Monday, November 19, 2007

Pakistan Newswire

First a news flash: Frederick Kagan and Michael O’Hanlon are idiots

via Antiwar.com, Pakistan Daily reports:

Frederick Kagan of the right-wing American Enterprise Institute and Michael O’Hanlon of the more liberal Brookings Institution argue in an article published in the New York Times on Sunday that the US simply cannot stand by as a nuclear-armed Pakistan descended into the abyss.
...
Possible plan: One possible plan would be a Special Forces operation with the limited goal of preventing Pakistan’s nuclear materials and warheads from getting into the wrong hands. Given the degree to which Pakistani nationalists cherish these assets, it is unlikely the United States would get permission to destroy them. Somehow, American forces would have to team with Pakistanis to secure critical sites and possibly to move the material to a safer place. For the United States, the safest bet would be shipping the material to someplace like New Mexico, but even pro-American Pakistanis would be unlikely to cooperate. It would be better for the US to settle for establishing a remote redoubt within Pakistan, with the nuclear technology guarded by elite Pakistani forces backed up and watched over by crack international troops.


That’s not just jumping the shark. That’s jumping on the shark, tap-dancing on its nose, and using a secret brain ray to force it to type the plays of Shakespeare on a vintage Underwood.

And that’s before they come up with the idea of abducting Pakistan’s nuclear arsenal to a secret location in New Mexico.

I actually had to check the New York Times website to make sure this wasn’t a spoof or some piece of anti-American psyops by the Pakistani media. And yes, they really said it .

Jeeeeeeeeeeeeeeeezus

Second, via Antiwar.com, The Australian gets it...

with the headline Bhutto's backflip as poll is called

The lede:

PAKISTANI President Pervez Musharraf yesterday nailed down January 8 for elections while opposition leader Benazir Bhutto, in yet another political backflip, appeared to lay the groundwork for resuming power-sharing negotiations with the military ruler.

Recall that Bhutto’s attorney also chose not to argue the suit against Musharraf’s election as president; another sign that the PPP is party to a new U.S-brokered deal to let Musharraf have the presidency in return for “taking off the uniform” and governing as a civilian and smoothing the path to January parliamentary elections.

So everybody’s priority (except the hapless Pakistani lawyers’) for Pakistan is not democracy; it’s to prevent democracy from screwing up a power-sharing deal that the U.S., Bhutto, and Musharraf all want to see go ahead—even though they all hate and mistrust each other.

Finally, the great game continues...

Bhutto, in an effort to maintain her street cred and to keep the threat of a legal challenge to Musharraf’s presidency alive, had, while refusing to argue the election case, also refused to confirm the legality of Musharraf’s presidency.

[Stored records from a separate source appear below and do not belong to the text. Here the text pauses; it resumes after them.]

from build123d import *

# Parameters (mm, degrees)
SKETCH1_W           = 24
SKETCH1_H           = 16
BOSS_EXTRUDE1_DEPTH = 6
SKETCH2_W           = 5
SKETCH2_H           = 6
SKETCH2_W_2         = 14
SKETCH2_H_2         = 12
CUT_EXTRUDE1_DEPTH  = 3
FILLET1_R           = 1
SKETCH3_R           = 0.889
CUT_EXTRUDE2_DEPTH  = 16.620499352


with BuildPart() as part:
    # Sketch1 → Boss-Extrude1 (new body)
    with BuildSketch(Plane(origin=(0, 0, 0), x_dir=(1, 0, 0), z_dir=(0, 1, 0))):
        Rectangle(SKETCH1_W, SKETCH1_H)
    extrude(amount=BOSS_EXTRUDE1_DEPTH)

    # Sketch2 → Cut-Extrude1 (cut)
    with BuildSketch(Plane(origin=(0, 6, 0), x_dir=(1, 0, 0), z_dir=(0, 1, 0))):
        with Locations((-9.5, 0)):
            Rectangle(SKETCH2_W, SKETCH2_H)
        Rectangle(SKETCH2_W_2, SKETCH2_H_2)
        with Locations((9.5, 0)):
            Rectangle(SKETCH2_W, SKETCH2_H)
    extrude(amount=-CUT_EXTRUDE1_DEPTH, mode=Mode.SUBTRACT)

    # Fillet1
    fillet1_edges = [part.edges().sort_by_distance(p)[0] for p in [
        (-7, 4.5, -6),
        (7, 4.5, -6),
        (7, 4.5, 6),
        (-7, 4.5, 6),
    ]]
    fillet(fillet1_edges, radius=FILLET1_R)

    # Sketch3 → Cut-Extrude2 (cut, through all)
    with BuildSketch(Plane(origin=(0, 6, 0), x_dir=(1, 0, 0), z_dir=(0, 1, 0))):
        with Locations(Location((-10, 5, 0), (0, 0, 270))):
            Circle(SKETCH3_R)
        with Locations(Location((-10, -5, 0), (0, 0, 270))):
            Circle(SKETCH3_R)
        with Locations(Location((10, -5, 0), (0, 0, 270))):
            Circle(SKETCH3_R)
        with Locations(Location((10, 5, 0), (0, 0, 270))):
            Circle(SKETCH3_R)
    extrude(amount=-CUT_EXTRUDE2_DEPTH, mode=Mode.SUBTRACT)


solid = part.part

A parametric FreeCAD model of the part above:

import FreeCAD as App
import Part
import Sketcher

V = App.Vector


def edges_at(feature, points):
    """Names of the edges that pass closest to the given points."""
    edges = feature.Shape.Edges
    near = lambda p: min(range(len(edges)), key=lambda i: edges[i].distToShape(Part.Vertex(*p))[0])
    return sorted({f"Edge{near(p) + 1}" for p in points})


def add_polygon(sketch, points):
    """Adds a closed chain of lines whose ends are joined by coincident constraints."""
    first, n = sketch.GeometryCount, len(points)
    for a, b in zip(points, points[1:] + points[:1]):
        sketch.addGeometry(Part.LineSegment(App.Vector(*a, 0), App.Vector(*b, 0)), False)
    for i in range(n):
        sketch.addConstraint(Sketcher.Constraint("Coincident", first + i, 2, first + (i + 1) % n, 1))

doc = App.newDocument("Part")
body = doc.addObject("PartDesign::Body", "Body")

# Sketch on XZ plane
sketch1 = doc.addObject("Sketcher::SketchObject", "Sketch")
body.addObject(sketch1)
sketch1.AttachmentSupport = (doc.XZ_Plane, [""])
sketch1.MapMode = "FlatFace"
add_polygon(sketch1, [(-12, -8), (-12, 8), (12, 8), (12, -8)])  # lines 0-3
sketch1.addConstraint([
    Sketcher.Constraint("Vertical", 0),
    Sketcher.Constraint("Horizontal", 1),
    Sketcher.Constraint("Vertical", 2),
    Sketcher.Constraint("Horizontal", 3),
    Sketcher.Constraint("Symmetric", 0, 2, 2, 2, -1, 1),
    Sketcher.Constraint("DistanceX", 1, 1, 1, 2, 24.0),
    Sketcher.Constraint("DistanceY", 0, 1, 0, 2, 16.0),
])
pad1 = doc.addObject("PartDesign::Pad", "Pad")
body.addObject(pad1)
pad1.Profile = sketch1
pad1.Length = 6
pad1.Reversed = True

# Sketch on XZ plane
sketch2 = doc.addObject("Sketcher::SketchObject", "Sketch001")
body.addObject(sketch2)
sketch2.AttachmentSupport = (doc.XZ_Plane, [""])
sketch2.MapMode = "FlatFace"
sketch2.AttachmentOffset = App.Placement(V(0, 0, -6), App.Rotation())
add_polygon(sketch2, [(-12, -3), (-12, 3), (-7, 3), (-7, 6), (7, 6), (7, 3), (12, 3), (12, -3), (7, -3), (7, -6), (-7, -6), (-7, -3)])  # lines 0-11
sketch2.addConstraint([
    Sketcher.Constraint("Vertical", 0),
    Sketcher.Constraint("Horizontal", 1),
    Sketcher.Constraint("Vertical", 2),
    Sketcher.Constraint("Horizontal", 3),
    Sketcher.Constraint("Vertical", 4),
    Sketcher.Constraint("Horizontal", 5),
    Sketcher.Constraint("Vertical", 6),
    Sketcher.Constraint("Horizontal", 7),
    Sketcher.Constraint("Vertical", 8),
    Sketcher.Constraint("Horizontal", 9),
    Sketcher.Constraint("Vertical", 10),
    Sketcher.Constraint("Horizontal", 11),
    Sketcher.Constraint("Symmetric", 0, 2, 6, 2, -1, 1),
    Sketcher.Constraint("Symmetric", 2, 2, 8, 2, -1, 1),
    Sketcher.Constraint("Symmetric", 4, 2, 10, 2, -1, 1),
    Sketcher.Constraint("Symmetric", 1, 2, 4, 2, -2),
    Sketcher.Constraint("DistanceX", 1, 1, 1, 2, 5.0),
    Sketcher.Constraint("DistanceX", 3, 1, 3, 2, 14.0),
    Sketcher.Constraint("DistanceY", 0, 1, 0, 2, 6.0),
    Sketcher.Constraint("DistanceY", 2, 1, 2, 2, 3.0),
])
pocket1 = doc.addObject("PartDesign::Pocket", "Pocket")
body.addObject(pocket1)
pocket1.Profile = sketch2
pocket1.Length = 3
pocket1.Reversed = True
doc.recompute()

fillet = doc.addObject("PartDesign::Fillet", "Fillet")
body.addObject(fillet)
fillet.Base = (pocket1, edges_at(pocket1, [
    (-7, 4.5, -6),
    (7, 4.5, -6),
    (7, 4.5, 6),
    (-7, 4.5, 6),
]))
fillet.Radius = 1

# Sketch on XZ plane
sketch3 = doc.addObject("Sketcher::SketchObject", "Sketch002")
body.addObject(sketch3)
sketch3.AttachmentSupport = (doc.XZ_Plane, [""])
sketch3.MapMode = "FlatFace"
sketch3.AttachmentOffset = App.Placement(V(0, 0, -6), App.Rotation())
sketch3.addGeometry([
    Part.Circle(V(-10, -5, 0), V(0, 0, 1), 0.9),
    Part.Circle(V(-10, 5, 0), V(0, 0, 1), 0.9),
    Part.Circle(V(10, 5, 0), V(0, 0, 1), 0.9),
    Part.Circle(V(10, -5, 0), V(0, 0, 1), 0.9),
], False)
sketch3.addConstraint([
    Sketcher.Constraint("Equal", 0, 1),
    Sketcher.Constraint("Equal", 1, 2),
    Sketcher.Constraint("Equal", 2, 3),
    Sketcher.Constraint("Symmetric", 0, 3, 2, 3, -1, 1),
    Sketcher.Constraint("Symmetric", 1, 3, 3, 3, -1, 1),
    Sketcher.Constraint("Symmetric", 1, 3, 2, 3, -2),
    Sketcher.Constraint("Diameter", 0, 1.778),
    Sketcher.Constraint("DistanceX", 0, 3, -1, 1, 10.0),
    Sketcher.Constraint("DistanceY", 0, 3, -1, 1, 5.0),
])
pocket2 = doc.addObject("PartDesign::Pocket", "Pocket001")
body.addObject(pocket2)
pocket2.Profile = sketch3
pocket2.Type = "ThroughAll"
pocket2.Reversed = True

doc.recompute()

Well, if Benazir wants to keep Mush in legal limbo, well, he'll return the favor.

In a tit-for-tat move, Musharraf’s attorney general announces that the amnesty that Musharraf granted Bhutto on graft charges as part of the original power-sharing deal maybe has a bit of a problem:

Former premier Benazir Bhutto may soon face the same corruption cases that forced her into exile for eight years as the amnesty [National Reconciliation Order] lifting the charges was likely to be overturned, said Attorney General (AG) Malik Qayyum.

Five writs have been issued against the amnesty in the Supreme Court and it would not survive the challenge, Qayyum told The Sunday Times.President Pervez Musharraf had granted the amnesty to Bhutto by promulgating the National Reconciliation Order (NRO) ahead of her return to the country on October 18.

NRO not ‘happily worded’: “I don’t think it [amnesty] will survive the challenge,” Qayyum said. “Whoever drafted it, it was not happily worded. Only the courts can decide to throw charges out, not governments.”

Take that!

And on with the games!

1 comment:

Asad said...

happily worded ?? I am gong to email my co-workers with that from now on.

Your email was saddly-worded as such I can not help you.